# Tomaso Albinoni



## neoshredder

Seriously no thread for this very enjoyable music from this composer? I got the Complete Concertos from I Musici. That comes with the classic Adagio piece.


----------



## tdc

I'm not overly familiar with this composer aside from the famous Adagio which I believe has been shown by modern scholars to not have actually been composed by Albinoni. (The work is likely a modern fraud from what I've read). 

Any recommendations?


----------



## Art Rock

I would recommend exploring his oboe concertos.


----------



## mmsbls

His Concertos in OP 5,7, and 9 are wonderful. Both the oboe and violin works are beautiful. As with much Baroque music, many works sound rather similar, but I frequently sample from these works when I'm in the mood for Baroque.


----------



## ComposerOfAvantGarde

I don't like that modern adagio thing. The oboe concertos are quite nice but I don't listen to Albinoni often.


----------



## neoshredder

Yeah I agree with the Oboe Concertos. They are amazing. Especially the second movement of No. 2 in D minor.


----------



## Llyranor

Any recommendations for HIP recordings of his concerti? I'm presently eyeing the Op9 one with Hogwood/AAM. I also see Standage has Op5/7/9/10, but they incomplete(?).

Op9/2's Adagio is out of this world!





Apparently it's fairly famous, but I've never heard it before (I believe I've only heard the spurious Adagio) - this seems like a nice gateway drug into the world of Albinoni, though. Recommendations?


----------



## neoshredder

Hearing Op. 10 for the first time. Some really interesting stuff.


----------



## Cheyenne

I have opus 2, 5, 7 and 9. Opus 1, 4, 6 and indeed 10 have also been recorded, but I could never find 3 and 8; and on some sites I can find apparently out of print recordings of one of his two surviving operas. He was one of my first favorites.


----------



## Blake

neoshredder said:


> Hearing Op. 10 for the first time. Some really interesting stuff.


Checking this out now, and it's very good.


----------



## Vaneyes

I think I've had this rec. for close to 25 years. :tiphat:

View attachment 31063


----------



## Sid James

I just put this review on current listening, I thought I'd add it to Albinoni's guestbook too:










*Albinoni *_12 Concerti a cinque, Op. 5_
- I Musici, soloists: Pina Carmirelli, violin concertante; Anna Maria Cotogni, violin; Michael S. Murray-Robertson and Carol Figeroid, violas

*Albinoni *has the singular and strange distinction of being a composer whose best known composition wasn't actually written by him. The Adagio for organ and strings is largely a concoction by an Italian academic of the early 20th century, Remo Giazzotto. Prior to recently acquiring this disc, I had heard little of Albinoni's actual music, and owned none of it other than that famous Adagio.
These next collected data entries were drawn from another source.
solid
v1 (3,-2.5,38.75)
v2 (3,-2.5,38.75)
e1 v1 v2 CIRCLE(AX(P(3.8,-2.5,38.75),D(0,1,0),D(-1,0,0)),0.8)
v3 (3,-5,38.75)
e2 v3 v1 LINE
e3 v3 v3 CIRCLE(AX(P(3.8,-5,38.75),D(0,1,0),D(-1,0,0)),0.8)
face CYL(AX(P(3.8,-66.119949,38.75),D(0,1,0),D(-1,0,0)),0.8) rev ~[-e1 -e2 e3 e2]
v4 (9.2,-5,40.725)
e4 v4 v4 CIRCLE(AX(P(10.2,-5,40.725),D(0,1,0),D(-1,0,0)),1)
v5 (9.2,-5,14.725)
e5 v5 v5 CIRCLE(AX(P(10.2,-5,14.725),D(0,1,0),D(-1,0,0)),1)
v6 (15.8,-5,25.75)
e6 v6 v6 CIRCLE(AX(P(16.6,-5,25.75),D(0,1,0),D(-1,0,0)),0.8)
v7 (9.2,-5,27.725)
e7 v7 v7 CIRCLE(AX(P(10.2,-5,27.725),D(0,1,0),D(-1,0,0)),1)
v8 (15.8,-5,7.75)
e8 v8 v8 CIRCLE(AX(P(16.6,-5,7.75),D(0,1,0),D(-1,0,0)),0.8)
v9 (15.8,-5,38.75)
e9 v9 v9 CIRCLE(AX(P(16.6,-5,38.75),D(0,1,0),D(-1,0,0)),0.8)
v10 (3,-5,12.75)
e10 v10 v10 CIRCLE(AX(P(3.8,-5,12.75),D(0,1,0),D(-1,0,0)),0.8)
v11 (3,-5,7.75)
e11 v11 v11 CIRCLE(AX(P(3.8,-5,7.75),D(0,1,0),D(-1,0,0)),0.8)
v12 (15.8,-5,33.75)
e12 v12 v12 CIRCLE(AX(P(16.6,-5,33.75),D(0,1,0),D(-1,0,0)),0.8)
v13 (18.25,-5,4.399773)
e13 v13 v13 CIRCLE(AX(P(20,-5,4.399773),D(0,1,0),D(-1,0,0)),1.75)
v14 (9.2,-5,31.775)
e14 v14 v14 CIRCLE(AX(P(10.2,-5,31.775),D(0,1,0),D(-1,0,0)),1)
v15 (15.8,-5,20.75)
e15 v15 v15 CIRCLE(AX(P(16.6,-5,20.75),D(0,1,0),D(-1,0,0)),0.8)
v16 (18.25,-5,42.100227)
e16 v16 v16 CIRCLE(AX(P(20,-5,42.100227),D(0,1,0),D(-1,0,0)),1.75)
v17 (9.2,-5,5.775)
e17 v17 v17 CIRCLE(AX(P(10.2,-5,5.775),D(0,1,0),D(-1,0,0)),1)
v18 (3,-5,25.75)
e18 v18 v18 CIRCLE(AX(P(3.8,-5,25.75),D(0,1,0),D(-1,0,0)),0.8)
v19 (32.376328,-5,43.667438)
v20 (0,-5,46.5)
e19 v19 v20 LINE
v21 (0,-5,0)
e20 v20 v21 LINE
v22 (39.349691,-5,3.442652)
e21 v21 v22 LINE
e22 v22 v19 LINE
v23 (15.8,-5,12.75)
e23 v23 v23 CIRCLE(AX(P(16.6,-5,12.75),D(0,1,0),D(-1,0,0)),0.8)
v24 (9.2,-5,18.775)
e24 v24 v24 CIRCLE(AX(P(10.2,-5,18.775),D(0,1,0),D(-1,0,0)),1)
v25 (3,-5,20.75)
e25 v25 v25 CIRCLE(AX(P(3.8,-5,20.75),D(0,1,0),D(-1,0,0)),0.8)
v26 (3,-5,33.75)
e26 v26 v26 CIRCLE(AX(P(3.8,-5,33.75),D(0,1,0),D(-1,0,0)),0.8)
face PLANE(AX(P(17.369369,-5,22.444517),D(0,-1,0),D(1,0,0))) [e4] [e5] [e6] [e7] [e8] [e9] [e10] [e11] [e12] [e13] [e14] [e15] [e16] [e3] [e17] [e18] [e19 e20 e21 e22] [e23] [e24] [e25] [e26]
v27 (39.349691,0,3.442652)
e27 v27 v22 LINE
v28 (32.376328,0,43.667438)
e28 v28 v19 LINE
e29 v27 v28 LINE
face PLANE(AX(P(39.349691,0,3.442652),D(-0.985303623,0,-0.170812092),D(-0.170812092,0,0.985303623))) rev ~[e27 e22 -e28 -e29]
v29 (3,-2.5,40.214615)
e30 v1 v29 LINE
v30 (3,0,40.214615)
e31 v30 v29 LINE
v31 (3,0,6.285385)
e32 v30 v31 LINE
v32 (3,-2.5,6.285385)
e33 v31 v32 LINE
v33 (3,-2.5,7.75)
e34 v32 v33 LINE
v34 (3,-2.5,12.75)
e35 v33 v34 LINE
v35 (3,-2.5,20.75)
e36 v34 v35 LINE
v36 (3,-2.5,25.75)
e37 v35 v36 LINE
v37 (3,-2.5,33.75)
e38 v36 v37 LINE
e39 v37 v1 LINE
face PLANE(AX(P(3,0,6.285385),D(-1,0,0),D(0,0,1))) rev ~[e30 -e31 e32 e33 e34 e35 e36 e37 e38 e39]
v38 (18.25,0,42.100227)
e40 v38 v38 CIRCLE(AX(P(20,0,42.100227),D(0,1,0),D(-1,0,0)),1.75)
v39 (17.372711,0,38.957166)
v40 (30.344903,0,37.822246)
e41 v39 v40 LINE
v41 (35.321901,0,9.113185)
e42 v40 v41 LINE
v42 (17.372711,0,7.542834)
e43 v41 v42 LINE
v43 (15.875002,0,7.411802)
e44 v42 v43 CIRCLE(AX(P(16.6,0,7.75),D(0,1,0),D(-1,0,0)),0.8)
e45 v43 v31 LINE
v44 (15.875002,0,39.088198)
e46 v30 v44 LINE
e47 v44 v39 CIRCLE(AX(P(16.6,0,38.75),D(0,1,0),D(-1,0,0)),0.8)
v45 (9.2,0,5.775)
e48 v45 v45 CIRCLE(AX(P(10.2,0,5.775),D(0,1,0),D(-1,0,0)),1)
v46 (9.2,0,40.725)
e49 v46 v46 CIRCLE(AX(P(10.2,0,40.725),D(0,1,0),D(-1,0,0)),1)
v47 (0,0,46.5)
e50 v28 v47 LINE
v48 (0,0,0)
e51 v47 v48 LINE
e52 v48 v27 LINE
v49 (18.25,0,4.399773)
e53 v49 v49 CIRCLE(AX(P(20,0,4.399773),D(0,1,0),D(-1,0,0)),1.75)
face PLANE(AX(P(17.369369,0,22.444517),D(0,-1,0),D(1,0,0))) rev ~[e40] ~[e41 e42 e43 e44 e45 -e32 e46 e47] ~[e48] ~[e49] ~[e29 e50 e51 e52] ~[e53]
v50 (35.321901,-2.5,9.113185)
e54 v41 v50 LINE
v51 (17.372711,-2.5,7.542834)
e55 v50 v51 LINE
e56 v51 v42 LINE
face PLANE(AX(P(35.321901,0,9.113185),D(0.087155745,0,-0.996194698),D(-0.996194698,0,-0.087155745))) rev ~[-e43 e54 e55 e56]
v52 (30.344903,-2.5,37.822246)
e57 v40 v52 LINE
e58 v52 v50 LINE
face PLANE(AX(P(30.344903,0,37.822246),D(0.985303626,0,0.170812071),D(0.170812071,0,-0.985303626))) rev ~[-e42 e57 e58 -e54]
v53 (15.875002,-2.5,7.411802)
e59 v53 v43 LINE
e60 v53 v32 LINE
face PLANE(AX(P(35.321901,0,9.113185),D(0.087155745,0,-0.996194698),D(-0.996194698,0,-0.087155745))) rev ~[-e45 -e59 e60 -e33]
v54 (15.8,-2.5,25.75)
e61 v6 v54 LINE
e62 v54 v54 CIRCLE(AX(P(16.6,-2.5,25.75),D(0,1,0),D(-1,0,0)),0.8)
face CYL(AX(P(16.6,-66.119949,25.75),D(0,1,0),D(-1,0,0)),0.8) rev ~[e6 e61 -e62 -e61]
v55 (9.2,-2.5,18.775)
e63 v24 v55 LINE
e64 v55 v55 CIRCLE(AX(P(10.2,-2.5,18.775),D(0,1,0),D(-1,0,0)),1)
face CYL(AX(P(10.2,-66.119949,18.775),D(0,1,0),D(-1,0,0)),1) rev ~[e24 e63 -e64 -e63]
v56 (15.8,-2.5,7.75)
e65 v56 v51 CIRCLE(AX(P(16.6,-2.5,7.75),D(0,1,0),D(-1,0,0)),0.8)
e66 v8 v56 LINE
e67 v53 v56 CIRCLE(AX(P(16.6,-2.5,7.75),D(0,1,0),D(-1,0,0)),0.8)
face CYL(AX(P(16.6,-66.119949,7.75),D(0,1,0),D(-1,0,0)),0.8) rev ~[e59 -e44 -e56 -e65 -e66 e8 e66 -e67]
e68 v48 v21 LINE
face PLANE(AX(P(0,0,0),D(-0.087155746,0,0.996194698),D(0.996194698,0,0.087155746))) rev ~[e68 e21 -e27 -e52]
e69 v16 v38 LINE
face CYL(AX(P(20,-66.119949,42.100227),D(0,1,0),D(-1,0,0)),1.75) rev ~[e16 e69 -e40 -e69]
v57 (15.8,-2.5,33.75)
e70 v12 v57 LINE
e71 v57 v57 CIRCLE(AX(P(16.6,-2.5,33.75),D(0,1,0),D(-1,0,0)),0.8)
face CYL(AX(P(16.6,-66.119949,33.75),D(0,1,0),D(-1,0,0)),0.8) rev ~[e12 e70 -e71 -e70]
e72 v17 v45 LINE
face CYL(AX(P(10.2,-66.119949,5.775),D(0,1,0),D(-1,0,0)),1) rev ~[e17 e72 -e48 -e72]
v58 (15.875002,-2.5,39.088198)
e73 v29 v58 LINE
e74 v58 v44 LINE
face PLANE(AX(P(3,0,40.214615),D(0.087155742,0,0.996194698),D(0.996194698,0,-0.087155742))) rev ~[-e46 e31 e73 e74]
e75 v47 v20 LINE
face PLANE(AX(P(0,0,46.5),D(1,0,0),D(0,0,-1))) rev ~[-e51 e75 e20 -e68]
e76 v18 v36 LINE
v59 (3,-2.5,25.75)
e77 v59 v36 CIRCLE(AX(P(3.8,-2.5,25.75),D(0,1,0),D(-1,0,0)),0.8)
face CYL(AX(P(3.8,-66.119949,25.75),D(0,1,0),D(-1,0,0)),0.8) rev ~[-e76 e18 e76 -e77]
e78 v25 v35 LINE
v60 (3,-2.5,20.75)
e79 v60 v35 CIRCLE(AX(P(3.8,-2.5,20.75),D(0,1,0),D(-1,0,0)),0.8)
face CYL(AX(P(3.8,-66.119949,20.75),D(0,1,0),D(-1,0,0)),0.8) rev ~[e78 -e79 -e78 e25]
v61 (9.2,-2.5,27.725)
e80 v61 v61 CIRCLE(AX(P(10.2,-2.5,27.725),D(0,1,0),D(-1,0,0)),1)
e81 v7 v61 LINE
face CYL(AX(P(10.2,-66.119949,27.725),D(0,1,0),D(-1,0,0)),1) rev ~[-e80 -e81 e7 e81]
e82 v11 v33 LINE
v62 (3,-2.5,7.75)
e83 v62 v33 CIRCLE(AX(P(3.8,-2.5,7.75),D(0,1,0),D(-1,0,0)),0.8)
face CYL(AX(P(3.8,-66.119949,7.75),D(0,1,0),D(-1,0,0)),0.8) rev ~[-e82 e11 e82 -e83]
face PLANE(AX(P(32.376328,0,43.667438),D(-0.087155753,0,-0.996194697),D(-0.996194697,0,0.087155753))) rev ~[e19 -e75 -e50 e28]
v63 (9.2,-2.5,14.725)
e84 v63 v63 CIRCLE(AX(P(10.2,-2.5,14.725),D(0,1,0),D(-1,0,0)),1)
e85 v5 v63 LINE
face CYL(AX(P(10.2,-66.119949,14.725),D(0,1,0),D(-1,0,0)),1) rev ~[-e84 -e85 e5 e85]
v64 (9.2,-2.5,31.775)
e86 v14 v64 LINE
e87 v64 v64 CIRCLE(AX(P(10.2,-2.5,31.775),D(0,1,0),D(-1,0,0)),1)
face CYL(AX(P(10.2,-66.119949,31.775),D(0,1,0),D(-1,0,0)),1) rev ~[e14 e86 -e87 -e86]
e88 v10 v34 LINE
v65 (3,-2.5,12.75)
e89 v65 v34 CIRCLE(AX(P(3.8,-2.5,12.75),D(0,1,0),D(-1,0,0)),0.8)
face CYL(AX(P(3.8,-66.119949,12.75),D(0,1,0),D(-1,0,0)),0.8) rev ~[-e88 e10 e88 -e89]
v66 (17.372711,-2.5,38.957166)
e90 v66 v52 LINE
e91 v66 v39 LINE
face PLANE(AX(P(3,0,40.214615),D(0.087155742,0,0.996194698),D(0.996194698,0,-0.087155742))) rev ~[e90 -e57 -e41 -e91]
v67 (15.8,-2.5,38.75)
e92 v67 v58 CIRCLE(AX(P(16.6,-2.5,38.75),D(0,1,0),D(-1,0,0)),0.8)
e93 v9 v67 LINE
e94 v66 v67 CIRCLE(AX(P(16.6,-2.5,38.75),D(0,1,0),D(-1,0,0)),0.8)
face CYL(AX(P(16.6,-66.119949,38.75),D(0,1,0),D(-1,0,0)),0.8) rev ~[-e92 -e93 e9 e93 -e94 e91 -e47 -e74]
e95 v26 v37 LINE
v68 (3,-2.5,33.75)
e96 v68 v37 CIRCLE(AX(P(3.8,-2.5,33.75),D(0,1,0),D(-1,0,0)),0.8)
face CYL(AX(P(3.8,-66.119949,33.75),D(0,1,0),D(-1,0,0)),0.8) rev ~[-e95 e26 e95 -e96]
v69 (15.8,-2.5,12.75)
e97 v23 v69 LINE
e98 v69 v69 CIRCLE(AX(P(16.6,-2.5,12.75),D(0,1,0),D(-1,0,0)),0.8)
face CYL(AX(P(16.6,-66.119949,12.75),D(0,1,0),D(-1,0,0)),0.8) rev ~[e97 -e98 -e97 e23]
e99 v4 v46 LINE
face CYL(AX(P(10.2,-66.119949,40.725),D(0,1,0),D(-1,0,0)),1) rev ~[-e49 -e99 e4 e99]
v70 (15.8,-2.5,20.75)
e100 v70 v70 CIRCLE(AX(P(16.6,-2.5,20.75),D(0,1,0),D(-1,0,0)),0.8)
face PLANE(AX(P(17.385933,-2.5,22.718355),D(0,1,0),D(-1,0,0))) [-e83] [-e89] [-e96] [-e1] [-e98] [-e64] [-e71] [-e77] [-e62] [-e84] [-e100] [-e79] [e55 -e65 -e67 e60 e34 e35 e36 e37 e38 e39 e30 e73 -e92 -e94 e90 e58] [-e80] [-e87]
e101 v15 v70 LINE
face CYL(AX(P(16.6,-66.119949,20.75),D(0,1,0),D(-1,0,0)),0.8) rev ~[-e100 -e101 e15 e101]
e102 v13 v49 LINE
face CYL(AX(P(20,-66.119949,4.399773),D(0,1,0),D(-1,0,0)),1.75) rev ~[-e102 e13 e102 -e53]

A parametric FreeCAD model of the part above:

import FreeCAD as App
import Part
import Sketcher
Q = App.Units.Quantity

doc = App.newDocument("Part")
params = doc.addObject("Spreadsheet::Sheet", "Params")
for row, (alias, value) in enumerate([
    ("sketch1_height", "46.5 mm"),
    ("sketch1_length", "32.5 mm"),
    ("sketch1_length2", "39.5 mm"),
    ("pad1_length", "5 mm"),
    ("pocket1_length", "2.5 mm"),
    ("sketch3_diameter", "3.5 mm"),
    ("hole_diameter", "3.5 mm"),
    ("sketch4_diameter", "1.6 mm"),
    ("hole2_diameter", "1.6 mm"),
    ("sketch5_diameter", "2 mm"),
    ("hole3_diameter", "2 mm"),
], start=1):
    params.set(f"A{row}", alias)
    params.set(f"B{row}", "=" + value)
    params.setAlias(f"B{row}", alias)

body = doc.addObject("PartDesign::Body", "Body")

# Sketch on XZ plane
sketch1 = body.newObject("Sketcher::SketchObject", "Sketch")
sketch1.AttachmentSupport = (doc.getObject("XZ_Plane"), [""])
sketch1.MapMode = "FlatFace"
sketch1.addGeometry(Part.LineSegment(App.Vector(32, 44, 0), App.Vector(0, 46, 0)), False)
sketch1.addGeometry(Part.LineSegment(App.Vector(0, 46, 0), App.Vector(0, 0, 0)), False)
sketch1.addGeometry(Part.LineSegment(App.Vector(0, 0, 0), App.Vector(39, 3, 0)), False)
sketch1.addGeometry(Part.LineSegment(App.Vector(39, 3, 0), App.Vector(32, 44, 0)), False)
sketch1.addConstraint(Sketcher.Constraint("Coincident", 0, 2, 1, 1))
sketch1.addConstraint(Sketcher.Constraint("Coincident", 1, 2, 2, 1))
sketch1.addConstraint(Sketcher.Constraint("Coincident", 2, 2, 3, 1))
sketch1.addConstraint(Sketcher.Constraint("Coincident", 3, 2, 0, 1))
sketch1.addConstraint(Sketcher.Constraint("Vertical", 1))
sketch1.addConstraint(Sketcher.Constraint("Coincident", 1, 2, -1, 1))
sketch1.addConstraint(Sketcher.Constraint("Angle", 0, Q("174.999999 deg")))
sketch1.addConstraint(Sketcher.Constraint("Angle", 2, Q("5 deg")))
Not surprisingly, apart from the slow movements of these concertos having a bit of that reflective or emotional quality of Giazzott's fabrication, this music is quite different. All of these *concertos for strings* last only 4 to 7 minutes, they are exercises in conciseness of thought and extremely well crafted. There is variety here too, for example four of them are in minor keys (less used in the Baroque era) and some also have energetic middle sections as pivots rather than the usual slow movement.

Stylistically and chronologically, Albinoni fits in well between Corelli and Vivaldi. These concertos are moving beyond Corelli's concerti grossi, but they are not as virtuosic as Vivaldi's ones where to be. But like those other two Venetians, Albinoni's music speaks to warmth and a kind of life force that easily brings Canaletto's images of the city to mind.

Albinoni described himself as an amateur musician only composing for his own pleasure, but after the age of forty he began to compose for money. He was extremely prolific, for example some 40 operas flowed from his pen (many of them however now lost), and had a job as a choir conductor. J. S. Bach was among his many admirers.


----------



## deprofundis

*Albinoni*

His adagio will stay in my mind until im six feet Under...
I can't honnestly tell you anyone that dare criticized this 
piece of work is a profane.His music brought tears of joy
in my eyes and make me smile(you probaly know the feeling
even if it's cliche to say)

It's relentless and melancholic nothing quite like it hey?
Nothing sound quite like it, simple melodic driven and sad.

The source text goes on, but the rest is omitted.